YASV (Yet Another Sympathizer Variant)

By referee, in Battlestar Galactica

We came with this variant to help the fact that a pro-cylon sympathizer is basically a cylon without the coolest cylon powers, which is kinda boring. This variant might need a twelfth You Are Not a Cylon card if the full six players with B&B are in play, you can use the Sympathizer card for this (treating it as any other Not a Cylon card).

Basically, instead of having the You Are a Sympathizer card, you wait for the Sleeper Agents phase, then you add a You Are a Cylon card (if all resources are in blue), or a You Are Not a Cylon card (if at least one is past the halfway mark).

We haven't tested this thing yet, because the next game we played was a 3-player game (brutal, centurion loss at distance 1, after barely averting damage loss at distance 0), and those don't use a Sympathizer.

I'm seeing that apparently this helps the Cylons more (a third [or second] full Cylon, with the power to stay hidden, a revealing power, a supercrisis card, and being able to activate the fleet, as opposed to a human that just skips the brig). OTOH, this puts a stress on the human players in that if they jump to fast, going for the minimal four jumps, they may be in trouble, but it means they were doing well so far (sucks to be at 5-5-6-7, but if Cylons manage that, they deserve the win). If they turn a resource in the red, they still give the cylon a target and it doesn't seem to change the game much. So it may need some tweaking.

Let's see what you guys think about this one.

I haven't yet played "BSG The Board Game" (is there an acceptable short form?), so please take what I say with the obligatory grain of salt.
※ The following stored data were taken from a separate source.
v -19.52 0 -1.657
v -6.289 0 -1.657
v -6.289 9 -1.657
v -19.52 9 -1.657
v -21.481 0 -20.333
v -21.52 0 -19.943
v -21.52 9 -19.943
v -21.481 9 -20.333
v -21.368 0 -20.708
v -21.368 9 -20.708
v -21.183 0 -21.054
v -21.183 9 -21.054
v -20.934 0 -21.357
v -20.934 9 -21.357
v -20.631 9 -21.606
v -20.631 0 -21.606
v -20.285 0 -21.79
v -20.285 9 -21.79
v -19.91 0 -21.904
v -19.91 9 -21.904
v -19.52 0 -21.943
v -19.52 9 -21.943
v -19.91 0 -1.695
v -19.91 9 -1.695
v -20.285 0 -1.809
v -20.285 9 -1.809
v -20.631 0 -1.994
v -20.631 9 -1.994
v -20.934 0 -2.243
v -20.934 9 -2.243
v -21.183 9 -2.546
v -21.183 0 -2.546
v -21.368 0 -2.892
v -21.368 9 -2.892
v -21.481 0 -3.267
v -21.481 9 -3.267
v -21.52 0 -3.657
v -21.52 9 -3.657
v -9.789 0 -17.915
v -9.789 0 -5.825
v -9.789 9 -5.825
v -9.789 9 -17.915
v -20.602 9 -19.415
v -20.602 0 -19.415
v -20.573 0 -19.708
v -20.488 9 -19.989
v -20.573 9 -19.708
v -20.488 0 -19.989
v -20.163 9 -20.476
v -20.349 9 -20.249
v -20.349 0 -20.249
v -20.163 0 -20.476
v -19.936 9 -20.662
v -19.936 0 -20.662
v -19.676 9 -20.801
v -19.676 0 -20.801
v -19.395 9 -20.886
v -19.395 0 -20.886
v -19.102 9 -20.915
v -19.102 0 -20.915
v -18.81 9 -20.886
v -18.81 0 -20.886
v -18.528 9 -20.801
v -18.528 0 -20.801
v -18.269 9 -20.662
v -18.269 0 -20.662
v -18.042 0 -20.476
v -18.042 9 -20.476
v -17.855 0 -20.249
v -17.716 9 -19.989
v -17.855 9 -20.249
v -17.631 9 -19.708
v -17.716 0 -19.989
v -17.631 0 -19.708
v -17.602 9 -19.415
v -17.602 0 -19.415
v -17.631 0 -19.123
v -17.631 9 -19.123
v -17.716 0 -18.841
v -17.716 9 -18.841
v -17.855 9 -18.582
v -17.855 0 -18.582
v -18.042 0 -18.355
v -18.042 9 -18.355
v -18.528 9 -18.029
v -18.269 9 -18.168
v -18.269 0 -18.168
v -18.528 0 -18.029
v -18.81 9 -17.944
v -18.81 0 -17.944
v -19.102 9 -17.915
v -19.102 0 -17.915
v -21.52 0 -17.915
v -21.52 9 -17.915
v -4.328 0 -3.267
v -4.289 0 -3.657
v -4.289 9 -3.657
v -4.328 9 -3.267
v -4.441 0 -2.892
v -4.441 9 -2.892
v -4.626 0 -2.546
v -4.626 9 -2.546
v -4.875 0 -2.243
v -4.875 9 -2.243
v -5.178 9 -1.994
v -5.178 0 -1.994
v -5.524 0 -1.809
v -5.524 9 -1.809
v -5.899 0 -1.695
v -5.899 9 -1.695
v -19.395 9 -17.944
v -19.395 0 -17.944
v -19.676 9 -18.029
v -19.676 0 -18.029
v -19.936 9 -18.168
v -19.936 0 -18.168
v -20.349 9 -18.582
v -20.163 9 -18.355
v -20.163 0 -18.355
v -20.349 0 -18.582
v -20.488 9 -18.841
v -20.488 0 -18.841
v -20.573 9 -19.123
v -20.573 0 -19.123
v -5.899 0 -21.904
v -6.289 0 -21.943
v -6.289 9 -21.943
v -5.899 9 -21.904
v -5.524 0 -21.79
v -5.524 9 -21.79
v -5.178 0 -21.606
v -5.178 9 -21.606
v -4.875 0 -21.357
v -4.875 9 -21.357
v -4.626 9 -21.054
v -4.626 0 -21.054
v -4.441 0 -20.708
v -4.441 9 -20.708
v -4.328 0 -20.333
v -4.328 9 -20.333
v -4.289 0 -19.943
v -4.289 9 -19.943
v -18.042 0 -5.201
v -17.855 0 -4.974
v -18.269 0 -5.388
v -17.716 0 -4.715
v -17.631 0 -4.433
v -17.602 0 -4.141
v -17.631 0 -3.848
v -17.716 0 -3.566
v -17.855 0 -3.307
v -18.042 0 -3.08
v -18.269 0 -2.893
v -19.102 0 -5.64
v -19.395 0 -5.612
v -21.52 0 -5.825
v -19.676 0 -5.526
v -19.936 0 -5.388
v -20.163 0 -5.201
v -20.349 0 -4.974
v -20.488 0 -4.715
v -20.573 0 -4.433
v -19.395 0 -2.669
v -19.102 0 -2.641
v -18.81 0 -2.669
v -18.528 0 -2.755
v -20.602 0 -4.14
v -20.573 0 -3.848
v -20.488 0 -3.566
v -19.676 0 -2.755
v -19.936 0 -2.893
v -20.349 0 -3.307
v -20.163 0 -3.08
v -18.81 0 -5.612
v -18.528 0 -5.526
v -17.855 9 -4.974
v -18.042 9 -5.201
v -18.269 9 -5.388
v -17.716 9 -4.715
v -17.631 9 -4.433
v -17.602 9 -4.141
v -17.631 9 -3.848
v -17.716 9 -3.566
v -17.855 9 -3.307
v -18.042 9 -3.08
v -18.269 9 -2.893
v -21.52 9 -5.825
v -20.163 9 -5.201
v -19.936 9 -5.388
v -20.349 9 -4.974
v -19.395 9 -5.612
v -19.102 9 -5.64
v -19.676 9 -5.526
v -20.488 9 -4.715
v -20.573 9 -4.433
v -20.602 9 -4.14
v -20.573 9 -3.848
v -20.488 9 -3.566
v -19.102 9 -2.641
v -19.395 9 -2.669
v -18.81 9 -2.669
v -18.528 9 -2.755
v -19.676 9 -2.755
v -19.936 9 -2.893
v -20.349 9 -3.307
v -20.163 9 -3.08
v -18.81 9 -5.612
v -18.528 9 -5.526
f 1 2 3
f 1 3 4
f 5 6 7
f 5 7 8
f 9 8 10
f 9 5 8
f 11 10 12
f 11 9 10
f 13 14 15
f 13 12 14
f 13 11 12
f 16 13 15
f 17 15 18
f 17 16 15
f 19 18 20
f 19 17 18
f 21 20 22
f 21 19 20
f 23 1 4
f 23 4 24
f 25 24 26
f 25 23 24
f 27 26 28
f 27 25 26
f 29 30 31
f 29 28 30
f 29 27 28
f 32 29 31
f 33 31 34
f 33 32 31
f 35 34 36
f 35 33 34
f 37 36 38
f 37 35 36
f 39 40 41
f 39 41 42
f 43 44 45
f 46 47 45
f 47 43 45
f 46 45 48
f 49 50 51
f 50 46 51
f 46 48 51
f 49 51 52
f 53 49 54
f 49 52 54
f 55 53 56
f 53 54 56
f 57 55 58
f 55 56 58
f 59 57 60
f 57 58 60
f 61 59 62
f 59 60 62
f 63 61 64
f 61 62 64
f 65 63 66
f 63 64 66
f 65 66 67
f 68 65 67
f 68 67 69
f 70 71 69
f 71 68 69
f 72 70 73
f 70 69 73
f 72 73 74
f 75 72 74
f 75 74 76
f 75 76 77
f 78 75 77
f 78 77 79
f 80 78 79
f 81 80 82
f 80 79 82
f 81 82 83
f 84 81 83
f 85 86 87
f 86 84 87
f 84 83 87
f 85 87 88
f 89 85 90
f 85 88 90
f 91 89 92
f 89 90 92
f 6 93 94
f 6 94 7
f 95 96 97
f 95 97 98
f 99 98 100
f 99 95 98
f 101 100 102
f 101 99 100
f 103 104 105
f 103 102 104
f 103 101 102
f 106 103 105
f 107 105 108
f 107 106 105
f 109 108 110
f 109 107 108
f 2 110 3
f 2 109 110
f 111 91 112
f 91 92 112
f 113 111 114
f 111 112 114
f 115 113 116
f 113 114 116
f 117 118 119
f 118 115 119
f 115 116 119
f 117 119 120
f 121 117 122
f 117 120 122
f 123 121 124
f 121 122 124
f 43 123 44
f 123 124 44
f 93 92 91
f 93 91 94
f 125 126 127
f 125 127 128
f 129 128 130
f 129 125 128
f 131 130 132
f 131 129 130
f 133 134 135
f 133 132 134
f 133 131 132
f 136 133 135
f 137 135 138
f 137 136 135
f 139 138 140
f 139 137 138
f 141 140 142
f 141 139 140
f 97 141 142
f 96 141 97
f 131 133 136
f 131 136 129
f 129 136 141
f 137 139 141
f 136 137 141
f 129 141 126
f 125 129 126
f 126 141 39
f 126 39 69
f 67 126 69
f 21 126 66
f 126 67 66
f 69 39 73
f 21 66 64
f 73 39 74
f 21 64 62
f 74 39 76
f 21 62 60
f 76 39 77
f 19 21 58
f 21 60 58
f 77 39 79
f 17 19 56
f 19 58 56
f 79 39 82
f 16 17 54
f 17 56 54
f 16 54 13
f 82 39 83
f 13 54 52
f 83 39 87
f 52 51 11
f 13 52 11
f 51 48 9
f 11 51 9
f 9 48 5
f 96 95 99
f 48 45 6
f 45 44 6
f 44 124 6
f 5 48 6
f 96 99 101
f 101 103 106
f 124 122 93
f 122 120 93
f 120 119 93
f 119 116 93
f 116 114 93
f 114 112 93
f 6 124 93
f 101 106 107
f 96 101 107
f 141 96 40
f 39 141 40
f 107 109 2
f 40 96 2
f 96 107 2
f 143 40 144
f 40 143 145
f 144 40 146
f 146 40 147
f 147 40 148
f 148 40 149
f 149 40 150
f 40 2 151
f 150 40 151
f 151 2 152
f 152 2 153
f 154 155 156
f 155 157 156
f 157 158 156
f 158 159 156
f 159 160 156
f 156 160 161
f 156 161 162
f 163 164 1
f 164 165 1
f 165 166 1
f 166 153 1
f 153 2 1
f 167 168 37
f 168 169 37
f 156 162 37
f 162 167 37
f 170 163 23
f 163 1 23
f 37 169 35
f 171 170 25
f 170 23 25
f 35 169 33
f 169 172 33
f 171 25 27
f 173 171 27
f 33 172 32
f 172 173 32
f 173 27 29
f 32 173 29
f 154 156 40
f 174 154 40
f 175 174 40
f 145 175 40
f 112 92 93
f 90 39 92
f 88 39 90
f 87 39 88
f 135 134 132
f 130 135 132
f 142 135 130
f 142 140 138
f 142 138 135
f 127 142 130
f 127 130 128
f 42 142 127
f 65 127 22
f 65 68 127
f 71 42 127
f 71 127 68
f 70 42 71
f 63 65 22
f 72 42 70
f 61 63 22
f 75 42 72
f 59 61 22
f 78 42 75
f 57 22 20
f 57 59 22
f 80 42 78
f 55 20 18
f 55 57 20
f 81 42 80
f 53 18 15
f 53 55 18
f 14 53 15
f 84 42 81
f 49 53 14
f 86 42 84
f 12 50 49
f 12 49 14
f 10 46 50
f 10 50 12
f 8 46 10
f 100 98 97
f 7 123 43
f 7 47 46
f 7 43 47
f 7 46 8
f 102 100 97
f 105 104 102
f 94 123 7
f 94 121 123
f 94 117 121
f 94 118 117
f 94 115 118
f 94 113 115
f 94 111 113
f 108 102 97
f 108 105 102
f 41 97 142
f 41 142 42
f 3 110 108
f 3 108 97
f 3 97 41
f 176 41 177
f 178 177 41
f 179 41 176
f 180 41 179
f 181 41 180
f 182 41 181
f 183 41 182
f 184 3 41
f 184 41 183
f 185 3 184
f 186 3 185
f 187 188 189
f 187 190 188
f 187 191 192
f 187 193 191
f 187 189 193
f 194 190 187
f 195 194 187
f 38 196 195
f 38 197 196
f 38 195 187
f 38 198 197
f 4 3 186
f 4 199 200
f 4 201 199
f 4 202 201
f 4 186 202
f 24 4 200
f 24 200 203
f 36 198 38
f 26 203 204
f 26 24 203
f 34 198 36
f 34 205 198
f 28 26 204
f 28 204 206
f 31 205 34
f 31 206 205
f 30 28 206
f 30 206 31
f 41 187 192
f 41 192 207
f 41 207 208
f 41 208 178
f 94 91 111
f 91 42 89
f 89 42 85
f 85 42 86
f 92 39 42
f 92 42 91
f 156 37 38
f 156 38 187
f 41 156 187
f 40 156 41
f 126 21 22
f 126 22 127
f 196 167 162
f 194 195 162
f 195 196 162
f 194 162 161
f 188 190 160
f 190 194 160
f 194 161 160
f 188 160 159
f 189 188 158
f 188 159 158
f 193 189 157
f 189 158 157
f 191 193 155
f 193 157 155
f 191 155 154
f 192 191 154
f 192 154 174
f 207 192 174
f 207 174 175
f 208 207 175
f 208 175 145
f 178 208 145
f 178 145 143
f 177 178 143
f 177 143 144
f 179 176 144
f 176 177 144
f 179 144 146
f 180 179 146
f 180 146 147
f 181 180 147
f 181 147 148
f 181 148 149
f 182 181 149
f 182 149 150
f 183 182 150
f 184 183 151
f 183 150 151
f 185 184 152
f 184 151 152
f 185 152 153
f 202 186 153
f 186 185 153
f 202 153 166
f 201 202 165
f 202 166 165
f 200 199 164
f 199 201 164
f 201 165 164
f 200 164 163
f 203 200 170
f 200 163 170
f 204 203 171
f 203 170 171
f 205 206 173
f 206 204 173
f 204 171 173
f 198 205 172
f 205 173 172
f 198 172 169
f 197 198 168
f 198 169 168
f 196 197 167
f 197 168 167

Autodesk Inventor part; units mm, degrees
ref_plane "YZ Plane" through (0, 0, 0) normal (1, 0, 0) x (0, 1, 0)
ref_plane "XZ Plane" through (0, 0, 0) normal (0, 1, 0) x (-1, 0, 0)
ref_plane "XY Plane" through (0, 0, 0) normal (0, 0, 1) x (1, 0, 0)
sketch "Sketch1" plane through (0, 0, 0) normal (0, 1, 0) x (-1, 0, 0)
  spline S0 degree 3 poles (19.0088, -20.3781) (18.4587, -20.3781) (18.0142, -19.9334) (18.0142, -19.3832) (18.0142, -18.833) (18.4587, -18.3883) (19.0088, -18.3883) (19.5594, -18.3883) (20.0038, -18.833) (20.0038, -19.3832) (20.0038, -19.9334) (19.5594, -20.3781) (19.0088, -20.3781) knots 0 0 0 0 1 1 1 2 2 2 3 3 3 4 4 4 4
  line L0 (19.0088, -20.3781) -> (18.4587, -20.3781) construction
  line L1 (18.4587, -20.3781) -> (18.0142, -19.9334) construction
  line L2 (18.0142, -19.9334) -> (18.0142, -19.3832) construction
  line L3 (18.0142, -19.3832) -> (18.0142, -18.833) construction
  line L4 (18.0142, -18.833) -> (18.4587, -18.3883) construction
  line L5 (18.4587, -18.3883) -> (19.0088, -18.3883) construction
  line L6 (19.0088, -18.3883) -> (19.5594, -18.3883) construction
  line L7 (19.5594, -18.3883) -> (20.0038, -18.833) construction
  line L8 (20.0038, -18.833) -> (20.0038, -19.3832) construction
  line L9 (20.0038, -19.3832) -> (20.0038, -19.9334) construction
  line L10 (20.0038, -19.9334) -> (19.5594, -20.3781) construction
  line L11 (19.5594, -20.3781) -> (19.0088, -20.3781) construction
  spline S1 degree 3 poles (19.0088, -20.3781) (18.4587, -20.3781) (18.0142, -19.9334) (18.0142, -19.3832) (18.0142, -18.833) (18.4587, -18.3883) (19.0088, -18.3883) (19.5594, -18.3883) (20.0038, -18.833) (20.0038, -19.3832) (20.0038, -19.9334) (19.5594, -20.3781) (19.0088, -20.3781) knots 0 0 0 0 1 1 1 2 2 2 3 3 3 4 4 4 4
  line L12 (19.0088, -20.3781) -> (18.4587, -20.3781) construction
  line L13 (18.4587, -20.3781) -> (18.0142, -19.9334) construction
  line L14 (18.0142, -19.9334) -> (18.0142, -19.3832) construction
  line L15 (18.0142, -19.3832) -> (18.0142, -18.833) construction
  line L16 (18.0142, -18.833) -> (18.4587, -18.3883) construction
  line L17 (18.4587, -18.3883) -> (19.0088, -18.3883) construction
  line L18 (19.0088, -18.3883) -> (19.5594, -18.3883) construction
  line L19 (19.5594, -18.3883) -> (20.0038, -18.833) construction
  line L20 (20.0038, -18.833) -> (20.0038, -19.3832) construction
  line L21 (20.0038, -19.3832) -> (20.0038, -19.9334) construction
  line L22 (20.0038, -19.9334) -> (19.5594, -20.3781) construction
  line L23 (19.5594, -20.3781) -> (19.0088, -20.3781) construction
  spline S2 degree 3 poles (19.0088, -5.1804) (18.4587, -5.1804) (18.0142, -4.7359) (18.0142, -4.1855) (18.0142, -3.6352) (18.4587, -3.1907) (19.0088, -3.1907) (19.5594, -3.1907) (20.0038, -3.6352) (20.0038, -4.1855) (20.0038, -4.7359) (19.5594, -5.1804) (19.0088, -5.1804) knots 0 0 0 0 1 1 1 2 2 2 3 3 3 4 4 4 4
I'm getting it for Christmas, and I've already coerced my whole family into playing it with me at least once happy.gif

I agree with most people that one of the few marks against the BSG board game is the Sympathizer rule. It's confusing, both mechanically and thematically, and it's not really all that fun compared to the distilled awesome that is everything else. It does seem ripe for a bit of re-tooling...

But this begs the question: Why did FFG design the Sympathizer rule like this in the first place? I know FFG is great at designing games. I also know they playtested BSG far more than any of us have. I'm sure they agonized over the Sympathizer rule more than many other aspects of the game, and it wouldn't surprise me if there are people on the design team who still don't like the final version.

So when I see a variant like yours that looks good, I ask myself: "Is this something FFG likely would have tested?" Simply dealing out an extra Loyalty Card of the losing team's strikes me as something they would have tested first. They must have had a darn good reason to drop your elegant idea for the comparatively clunky Sympathizer card, and so I'd be really hesitant to change it back without knowing that reason.

Maybe their reason is something as simple as, "we wanted to represent Cylon/Human sympathizers somehow, since they're a big part of the show." If that's the case, then we can house rule the Sympathizer out of existence, as long as we're comfortable losing that bit of theme. On the other hand, maybe months and months of testing revealed the Sympathizer card to be the only way to reliably maintain the balance of tension into the late game. If that's the case, we make changes to it at our peril.

Have the designers made any relevant comments outside of the manual and the FAQ that might shed some light on their thinking?

This change gives more of a boost to whichever side is "losing", which makes the game swingier. If that is what you want, go for it.

Humans winning, normal: add a weak Cylon

Humans winning, this variant: add a full Cylon

Cylons winning, normal: brig one of the humans, but at least he's still a human

Cylons winning, this variant: don't even bother brigging a human!

You guys make excellent points. First off, thank you for your comments.

It's true that it makes the advantage for the losing side bigger in our variant, and more testing might show that this is just too much variance. What we're trying to avoid is when a sympathizer goes to the cylon side and gets stuck with "I'm trying to make humans lose, yet I'm not allowed to take the strongest actions against them". I'd love to get designers here and say if they tried that and if so, why did they reject it.